A Houston Court of Appeals last week found an employer’s non-compete agreement unenforceable and awarded a former employee his attorney’s fees in defending the lawsuit brought by the former employer. Yes, this can happen in Texas where a company attempts to enforce an agreement that is clearly unenforceable. In this case, the original non-compete was superseded by several employment agreements culminating in one that cancelled the original non-compete provision. Yet, the employer sued the former employee for breaching the original non-compete. The employee asked the court to declare the agreement unenforceable and for his attorney’s fees, and the trial court’s grant of both requests was affirmed by the Court of Appeals. Although a subsequent agreement does not always replace the original one (see my previous post here), the multiple agreements in this case clearly did, as evidenced by the following timeline:
2001 – employee signed an “Employment, Confidentiality and Non-Compete Agreement and Employee Assignment of Intellectual Property.” (every company should have key employees execute agreements like this)
2001 – 2004 – employee returned to work for the company several times, but did not sign any new employment agreements. (the company should have had the employee execute a non-compete each time he came back).
2006 – employee signed “Sales Representation Agreement,” which stated that it superseded all prior contracts and understandings between the employee and the company. The agreement also stated that the employee would execute a separate Confidentiality and Non-Competition Agreement and Assignment of Intellectual Property, but the employee never signed such agreement, and the company never insisted. He later left to work for another company. (the company should have made sure he signed the non-compete).
2010 – employee was hired in market development, but was not asked to sign a non-compete. (the company should have asked him to sign a non-compete if his job involved handling clients and/or confidential information).
2010, 5 months later – the company was sold and the buyer was given a copy of the employee’s 2001 agreement.

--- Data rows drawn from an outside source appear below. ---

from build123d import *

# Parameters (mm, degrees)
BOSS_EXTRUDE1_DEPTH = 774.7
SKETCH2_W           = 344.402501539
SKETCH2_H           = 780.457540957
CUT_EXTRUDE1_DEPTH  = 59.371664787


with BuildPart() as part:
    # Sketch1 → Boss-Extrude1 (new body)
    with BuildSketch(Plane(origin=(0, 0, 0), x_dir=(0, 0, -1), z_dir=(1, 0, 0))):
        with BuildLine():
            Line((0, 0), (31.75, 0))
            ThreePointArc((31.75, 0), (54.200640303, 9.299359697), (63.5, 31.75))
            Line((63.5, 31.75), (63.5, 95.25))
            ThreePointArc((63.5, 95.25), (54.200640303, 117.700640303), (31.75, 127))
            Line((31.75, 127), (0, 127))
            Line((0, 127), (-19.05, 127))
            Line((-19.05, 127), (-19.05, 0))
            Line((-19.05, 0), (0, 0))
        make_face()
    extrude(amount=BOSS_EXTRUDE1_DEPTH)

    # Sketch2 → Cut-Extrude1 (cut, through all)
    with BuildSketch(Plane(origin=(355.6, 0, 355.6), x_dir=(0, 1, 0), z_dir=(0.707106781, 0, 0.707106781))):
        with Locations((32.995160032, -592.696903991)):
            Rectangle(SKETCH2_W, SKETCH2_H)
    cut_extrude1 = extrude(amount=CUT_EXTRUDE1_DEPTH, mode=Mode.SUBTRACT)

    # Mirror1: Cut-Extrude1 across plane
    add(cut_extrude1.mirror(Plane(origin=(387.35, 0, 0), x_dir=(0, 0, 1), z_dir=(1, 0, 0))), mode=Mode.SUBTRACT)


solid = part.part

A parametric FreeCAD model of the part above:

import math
import FreeCAD as App
import Part
import Sketcher
from FreeCAD import Vector
Q = App.Units.Quantity


def add_polygon(sketch, points):
    """Adds a closed chain of lines whose ends are joined by coincident constraints."""
    first, n = sketch.GeometryCount, len(points)
    for a, b in zip(points, points[1:] + points[:1]):
        sketch.addGeometry(Part.LineSegment(App.Vector(*a, 0), App.Vector(*b, 0)), False)
    for i in range(n):
        sketch.addConstraint(Sketcher.Constraint("Coincident", first + i, 2, first + (i + 1) % n, 1))

doc = App.newDocument("Part")
params = doc.addObject("Spreadsheet::Sheet", "Params")
for row, (alias, value) in enumerate([
    ("sketch1_width", "5 in"),
    ("sketch1_height", "2 in"),
    ("sketch1_radius", "1.25 in"),
    ("pad1_length", "30.5 in"),
], start=1):
    params.set(f"A{row}", alias)
    params.set(f"B{row}", "=" + value)
    params.setAlias(f"B{row}", alias)

body = doc.addObject("PartDesign::Body", "Body")

# Sketch on YZ plane
sketch1 = body.newObject("Sketcher::SketchObject", "Sketch")
sketch1.AttachmentSupport = (doc.getObject("YZ_Plane"), [""])
sketch1.MapMode = "FlatFace"
sketch1.addGeometry(Part.ArcOfCircle(Part.Circle(Vector(32, -32, 0), Vector(0, 0, 1), 32), math.radians(180), math.radians(270)), False)
sketch1.addGeometry(Part.LineSegment(Vector(32, -64, 0), Vector(95, -64, 0)), False)
sketch1.addGeometry(Part.ArcOfCircle(Part.Circle(Vector(95, -32, 0), Vector(0, 0, 1), 32), math.radians(-90), math.radians(0)), False)
sketch1.addGeometry(Part.LineSegment(Vector(127, -32, 0), Vector(127, 19, 0)), False)
sketch1.addGeometry(Part.LineSegment(Vector(127, 19, 0), Vector(0, 19, 0)), False)
sketch1.addGeometry(Part.LineSegment(Vector(0, 19, 0), Vector(0, -32, 0)), False)
sketch1.addConstraint(Sketcher.Constraint("Tangent", 0, 2, 1, 1))
sketch1.addConstraint(Sketcher.Constraint("Tangent", 1, 2, 2, 1))
sketch1.addConstraint(Sketcher.Constraint("Tangent", 2, 2, 3, 1))
sketch1.addConstraint(Sketcher.Constraint("Coincident", 3, 2, 4, 1))
sketch1.addConstraint(Sketcher.Constraint("Coincident", 4, 2, 5, 1))
sketch1.addConstraint(Sketcher.Constraint("Tangent", 5, 2, 0, 1))
sketch1.addConstraint(Sketcher.Constraint("Horizontal", 1))
sketch1.addConstraint(Sketcher.Constraint("Vertical", 3))
sketch1.addConstraint(Sketcher.Constraint("Horizontal", 4))
sketch1.addConstraint(Sketcher.Constraint("Vertical", 5))
sketch1.addConstraint(Sketcher.Constraint("Equal", 0, 2))
sketch1.addConstraint(Sketcher.Constraint("PointOnObject", 4, 2, -2))
sketch1.addConstraint(Sketcher.Constraint("DistanceX", 4, 2, 4, 1, Q("5 in")))
sketch1.addConstraint(Sketcher.Constraint("DistanceY", 3, 1, 3, 2, Q("2 in")))
sketch1.addConstraint(Sketcher.Constraint("Radius", 0, Q("1.25 in")))
sketch1.addConstraint(Sketcher.Constraint("DistanceY", 0, 2, -1, 1, Q("2.5 in")))
sketch1.setExpression("Constraints[12]", "Params.sketch1_width")
sketch1.setExpression("Constraints[13]", "Params.sketch1_height")
sketch1.setExpression("Constraints[14]", "Params.sketch1_radius")
pad1 = body.newObject("PartDesign::Pad", "Pad")
pad1.Profile = sketch1
pad1.setExpression("Length", "Params.pad1_length")

# Sketch on an angled plane
sketch2 = body.newObject("Sketcher::SketchObject", "Sketch001")
sketch2.Placement = App.Placement(Vector(355.6, 0, 355.6), App.Rotation(Vector(0, 1, 0), Vector(-0.707106781, 0, 0.707106781), Vector(0.707106781, 0, 0.707106781), "ZXY"))
add_polygon(sketch2, [(-139, -202), (-139, -983), (205, -983), (205, -202)])  # lines 0-3
sketch2.addConstraint(Sketcher.Constraint("Vertical", 0))
sketch2.addConstraint(Sketcher.Constraint("Horizontal", 1))
sketch2.addConstraint(Sketcher.Constraint("Vertical", 2))
sketch2.addConstraint(Sketcher.Constraint("Horizontal", 3))
sketch2.addConstraint(Sketcher.Constraint("DistanceX", 1, 1, 1, 2, 344.402502))
sketch2.addConstraint(Sketcher.Constraint("DistanceY", 0, 2, 0, 1, 780.457541))
sketch2.addConstraint(Sketcher.Constraint("DistanceX", 0, 2, -1, 1, 139.206091))
sketch2.addConstraint(Sketcher.Constraint("DistanceY", 0, 2, -1, 1, 982.925674))
pocket1 = body.newObject("PartDesign::Pocket", "Pocket")
pocket1.Profile = sketch2
pocket1.Type = "ThroughAll"
pocket1.Reversed = True
doc.recompute()

datumplane = body.newObject("PartDesign::Plane", "DatumPlane")
datumplane.AttachmentSupport = (doc.getObject("YZ_Plane"), [""])
datumplane.MapMode = "FlatFace"
datumplane.AttachmentOffset = App.Placement(Vector(0, 0, 15.25 * 25.4), App.Rotation())
mirrored = body.newObject("PartDesign::Mirrored", "Mirrored")
mirrored.Originals = [pocket1]
mirrored.MirrorPlane = (datumplane, [""])
body.Tip = mirrored

doc.recompute()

2011 – employee signed an employment agreement with the new company, which did not have a non-compete, but stated that it was “supplemental contract to any previous employment agreement in place.” (it is never a good idea to sign an agreement that references prior agreements unless you have a copy of them. In this case, the company should have not referenced prior agreements but should have made sure that the new agreement contained all the necessary terms)
2011, a few months later – the new company changed the nature of the employee’s compensation and the Pay Change Form provided that the “Employment Agreement previously negotiated is nullified and replaced with a . . . bonus . . . .” (somebody at the company should have considered how this nullification clause affected non-compete obligations of the employee).
2012 – employee resigned and was sued by the new company for breach of the 2001 (yes, original) employment agreement, breach of fiduciary duty, and claims under Texas Theft Liability Act, arguing that the employee “reaffirmed” the original agreement each time he came to work for the company and that he was estopped from denying that he was bound by the non-compete. The employee counterclaimed seeking a declaration that there was no enforceable non-compete agreement between the parties, and his attorney’s fees.
The trial court dismissed the employer’s claim for breach of contract on summary judgment and the employer non-suited the rest of the claims. The employee proceeded to try his counterclaim and won – obtaining a declaration from the court that there was no valid non-compete. Such declaration entitled him to obtain his reasonable and necessary attorney’s fees from the employer.
Conclusion: When buying a company or a business, the buyer should always make sure that it has all the employment agreements of all the key employees. If such agreements are missing or are outdated, the buyer should make sure that the key employees sign new employment agreements that contain all the terms necessary to protect the buyer. Finally, all employment agreements must be reconciled with the compensation documents, any arbitration agreements in place, and any employment policies, to ensure that the non-compete and other restraints are the same across all documents signed by the employee.
Leiza Dolghih is the founder of Dolghih Law Group PLLC. She is board certified in labor and employment law and has 16+ years of experience in commercial and employment litigation, including trade secrets and non-compete disputes. You can contact her directly at email@example.com or (214) 531-2403.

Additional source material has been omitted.